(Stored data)
*** Begin section ***

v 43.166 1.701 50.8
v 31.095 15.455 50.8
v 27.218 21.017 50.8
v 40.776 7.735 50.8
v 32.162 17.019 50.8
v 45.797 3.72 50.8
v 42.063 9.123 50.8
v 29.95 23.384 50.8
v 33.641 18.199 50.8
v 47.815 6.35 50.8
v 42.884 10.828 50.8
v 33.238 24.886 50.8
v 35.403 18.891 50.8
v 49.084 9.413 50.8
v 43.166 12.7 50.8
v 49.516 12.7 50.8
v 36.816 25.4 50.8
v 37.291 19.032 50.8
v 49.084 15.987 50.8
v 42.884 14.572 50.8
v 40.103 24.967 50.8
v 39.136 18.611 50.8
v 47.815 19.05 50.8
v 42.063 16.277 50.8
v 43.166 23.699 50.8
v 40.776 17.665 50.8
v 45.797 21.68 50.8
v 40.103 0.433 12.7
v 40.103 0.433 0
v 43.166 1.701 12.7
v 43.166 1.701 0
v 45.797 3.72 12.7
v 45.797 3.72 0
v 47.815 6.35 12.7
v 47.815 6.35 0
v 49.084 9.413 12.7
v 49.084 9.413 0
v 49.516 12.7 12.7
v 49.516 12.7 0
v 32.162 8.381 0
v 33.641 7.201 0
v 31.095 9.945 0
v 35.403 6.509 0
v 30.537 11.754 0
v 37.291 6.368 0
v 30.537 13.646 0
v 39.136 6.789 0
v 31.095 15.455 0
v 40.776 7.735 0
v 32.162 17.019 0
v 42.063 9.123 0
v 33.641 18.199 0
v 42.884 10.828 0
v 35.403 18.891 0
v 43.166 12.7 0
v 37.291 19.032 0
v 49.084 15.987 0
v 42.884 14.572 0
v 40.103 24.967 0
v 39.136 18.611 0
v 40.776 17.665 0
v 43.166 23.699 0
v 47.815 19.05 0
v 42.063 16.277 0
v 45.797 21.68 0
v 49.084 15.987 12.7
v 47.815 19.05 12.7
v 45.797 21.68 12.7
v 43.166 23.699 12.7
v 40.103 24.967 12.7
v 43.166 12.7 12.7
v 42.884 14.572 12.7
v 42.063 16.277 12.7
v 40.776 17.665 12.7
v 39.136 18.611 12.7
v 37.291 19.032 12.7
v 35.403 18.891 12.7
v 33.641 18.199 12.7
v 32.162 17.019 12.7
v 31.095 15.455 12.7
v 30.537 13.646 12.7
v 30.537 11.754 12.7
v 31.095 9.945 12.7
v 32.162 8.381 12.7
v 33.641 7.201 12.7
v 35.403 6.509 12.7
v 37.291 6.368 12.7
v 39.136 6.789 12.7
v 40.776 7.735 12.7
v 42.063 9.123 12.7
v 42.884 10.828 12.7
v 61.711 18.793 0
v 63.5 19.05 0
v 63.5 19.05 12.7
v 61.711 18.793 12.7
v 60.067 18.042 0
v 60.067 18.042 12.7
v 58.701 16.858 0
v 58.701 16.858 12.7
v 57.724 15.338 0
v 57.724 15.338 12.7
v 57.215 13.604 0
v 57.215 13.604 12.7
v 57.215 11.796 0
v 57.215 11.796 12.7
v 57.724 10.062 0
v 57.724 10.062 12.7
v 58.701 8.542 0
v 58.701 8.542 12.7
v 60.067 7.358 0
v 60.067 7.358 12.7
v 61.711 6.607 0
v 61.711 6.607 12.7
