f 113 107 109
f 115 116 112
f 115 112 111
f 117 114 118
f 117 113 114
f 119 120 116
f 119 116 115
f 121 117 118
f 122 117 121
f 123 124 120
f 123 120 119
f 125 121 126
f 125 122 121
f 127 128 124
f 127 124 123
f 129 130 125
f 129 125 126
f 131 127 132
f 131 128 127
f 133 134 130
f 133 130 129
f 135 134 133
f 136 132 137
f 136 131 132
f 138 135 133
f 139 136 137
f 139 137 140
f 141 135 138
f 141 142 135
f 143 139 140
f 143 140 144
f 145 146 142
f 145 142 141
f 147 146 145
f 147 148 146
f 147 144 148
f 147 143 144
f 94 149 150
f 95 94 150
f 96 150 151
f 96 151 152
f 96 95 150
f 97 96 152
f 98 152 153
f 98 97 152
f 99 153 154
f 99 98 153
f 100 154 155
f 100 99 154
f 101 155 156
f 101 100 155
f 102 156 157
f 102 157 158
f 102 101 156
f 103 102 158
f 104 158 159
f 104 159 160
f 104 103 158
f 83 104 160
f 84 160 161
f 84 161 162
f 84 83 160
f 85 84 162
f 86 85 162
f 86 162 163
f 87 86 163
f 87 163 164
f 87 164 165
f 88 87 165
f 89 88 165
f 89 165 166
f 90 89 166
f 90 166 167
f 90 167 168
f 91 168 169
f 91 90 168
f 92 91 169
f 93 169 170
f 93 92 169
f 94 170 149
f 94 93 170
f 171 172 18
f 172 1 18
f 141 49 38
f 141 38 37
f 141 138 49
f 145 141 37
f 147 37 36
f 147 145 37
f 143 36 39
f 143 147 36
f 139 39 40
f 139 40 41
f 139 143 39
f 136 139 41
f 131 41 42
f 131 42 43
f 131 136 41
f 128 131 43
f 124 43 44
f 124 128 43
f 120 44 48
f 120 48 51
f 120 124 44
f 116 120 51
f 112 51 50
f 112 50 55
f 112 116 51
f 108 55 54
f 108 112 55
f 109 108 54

*** End section ***
*** Begin section ***

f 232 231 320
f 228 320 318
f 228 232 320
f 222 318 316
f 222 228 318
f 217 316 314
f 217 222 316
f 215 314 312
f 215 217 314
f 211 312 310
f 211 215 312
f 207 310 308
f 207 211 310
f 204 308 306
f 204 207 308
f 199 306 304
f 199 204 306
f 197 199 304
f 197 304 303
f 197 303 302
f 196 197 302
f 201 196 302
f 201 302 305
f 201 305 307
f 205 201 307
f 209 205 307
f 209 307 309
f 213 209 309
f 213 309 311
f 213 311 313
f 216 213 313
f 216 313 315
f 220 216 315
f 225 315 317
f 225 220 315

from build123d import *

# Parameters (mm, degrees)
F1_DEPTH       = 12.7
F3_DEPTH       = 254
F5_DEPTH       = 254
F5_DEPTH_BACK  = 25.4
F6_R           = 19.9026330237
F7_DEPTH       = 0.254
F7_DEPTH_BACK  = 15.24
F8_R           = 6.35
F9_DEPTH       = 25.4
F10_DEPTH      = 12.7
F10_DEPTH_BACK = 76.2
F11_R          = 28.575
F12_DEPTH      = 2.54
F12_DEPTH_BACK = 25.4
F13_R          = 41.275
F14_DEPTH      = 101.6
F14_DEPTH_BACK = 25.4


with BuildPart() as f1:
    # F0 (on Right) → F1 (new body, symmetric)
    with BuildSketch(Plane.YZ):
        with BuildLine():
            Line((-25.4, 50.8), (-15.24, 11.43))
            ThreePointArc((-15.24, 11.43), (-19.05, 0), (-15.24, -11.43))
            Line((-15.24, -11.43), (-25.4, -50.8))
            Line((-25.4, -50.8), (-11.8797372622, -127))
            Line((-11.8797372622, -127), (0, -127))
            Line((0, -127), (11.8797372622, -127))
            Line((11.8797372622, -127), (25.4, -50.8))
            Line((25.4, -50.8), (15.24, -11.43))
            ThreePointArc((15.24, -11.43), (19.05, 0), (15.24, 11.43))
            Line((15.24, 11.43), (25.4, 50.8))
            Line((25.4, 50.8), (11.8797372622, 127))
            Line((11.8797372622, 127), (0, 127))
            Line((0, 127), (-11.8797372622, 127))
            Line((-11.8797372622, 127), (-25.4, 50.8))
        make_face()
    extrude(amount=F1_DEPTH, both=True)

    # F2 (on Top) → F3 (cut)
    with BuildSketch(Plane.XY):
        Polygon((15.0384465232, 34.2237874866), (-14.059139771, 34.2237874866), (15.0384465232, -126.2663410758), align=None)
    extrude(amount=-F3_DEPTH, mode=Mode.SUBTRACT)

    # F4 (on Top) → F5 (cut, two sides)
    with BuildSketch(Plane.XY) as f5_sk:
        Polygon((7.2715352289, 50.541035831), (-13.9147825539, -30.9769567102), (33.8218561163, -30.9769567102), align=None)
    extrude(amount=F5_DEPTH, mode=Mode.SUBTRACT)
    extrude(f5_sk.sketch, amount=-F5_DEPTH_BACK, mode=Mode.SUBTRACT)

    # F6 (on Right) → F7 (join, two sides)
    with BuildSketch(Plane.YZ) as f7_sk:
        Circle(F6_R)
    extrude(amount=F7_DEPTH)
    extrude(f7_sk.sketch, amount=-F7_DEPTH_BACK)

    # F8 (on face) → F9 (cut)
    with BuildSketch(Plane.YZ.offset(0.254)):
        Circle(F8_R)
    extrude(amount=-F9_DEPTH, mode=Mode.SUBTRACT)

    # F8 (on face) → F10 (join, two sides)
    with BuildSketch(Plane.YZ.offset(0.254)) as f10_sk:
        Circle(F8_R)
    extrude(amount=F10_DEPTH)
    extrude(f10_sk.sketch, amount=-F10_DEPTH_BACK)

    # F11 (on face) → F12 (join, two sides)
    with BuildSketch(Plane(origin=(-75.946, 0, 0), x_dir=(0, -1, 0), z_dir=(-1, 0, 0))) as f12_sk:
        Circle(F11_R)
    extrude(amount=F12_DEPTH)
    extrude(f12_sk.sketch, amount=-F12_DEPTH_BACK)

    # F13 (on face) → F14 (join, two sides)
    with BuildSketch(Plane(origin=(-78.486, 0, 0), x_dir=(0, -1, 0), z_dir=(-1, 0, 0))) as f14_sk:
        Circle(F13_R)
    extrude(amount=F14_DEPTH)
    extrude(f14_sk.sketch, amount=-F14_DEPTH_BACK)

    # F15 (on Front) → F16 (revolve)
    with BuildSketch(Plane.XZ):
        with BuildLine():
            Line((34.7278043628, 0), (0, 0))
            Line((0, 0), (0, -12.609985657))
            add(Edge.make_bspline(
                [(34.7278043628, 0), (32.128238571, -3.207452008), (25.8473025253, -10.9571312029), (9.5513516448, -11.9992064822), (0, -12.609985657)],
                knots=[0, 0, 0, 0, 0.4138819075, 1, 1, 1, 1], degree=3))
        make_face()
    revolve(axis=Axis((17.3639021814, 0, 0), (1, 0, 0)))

*** End section ***

(HOW TO COMPLETE THIS TASK)
Start with the line above that contains "v 57.724 15.338 12.7" and stop after the line that contains "f 138 135 133". Output those lines exactly, and only those.

(ANSWER TO THE EXERCISE)
v 57.724 15.338 12.7
v 57.215 13.604 0
v 57.215 13.604 12.7
v 57.215 11.796 0
v 57.215 11.796 12.7
v 57.724 10.062 0
v 57.724 10.062 12.7
v 58.701 8.542 0
v 58.701 8.542 12.7
v 60.067 7.358 0
v 60.067 7.358 12.7
v 61.711 6.607 0
v 61.711 6.607 12.7
f 113 107 109
f 115 116 112
f 115 112 111
f 117 114 118
f 117 113 114
f 119 120 116
f 119 116 115
f 121 117 118
f 122 117 121
f 123 124 120
f 123 120 119
f 125 121 126
f 125 122 121
f 127 128 124
f 127 124 123
f 129 130 125
f 129 125 126
f 131 127 132
f 131 128 127
f 133 134 130
f 133 130 129
f 135 134 133
f 136 132 137
f 136 131 132
f 138 135 133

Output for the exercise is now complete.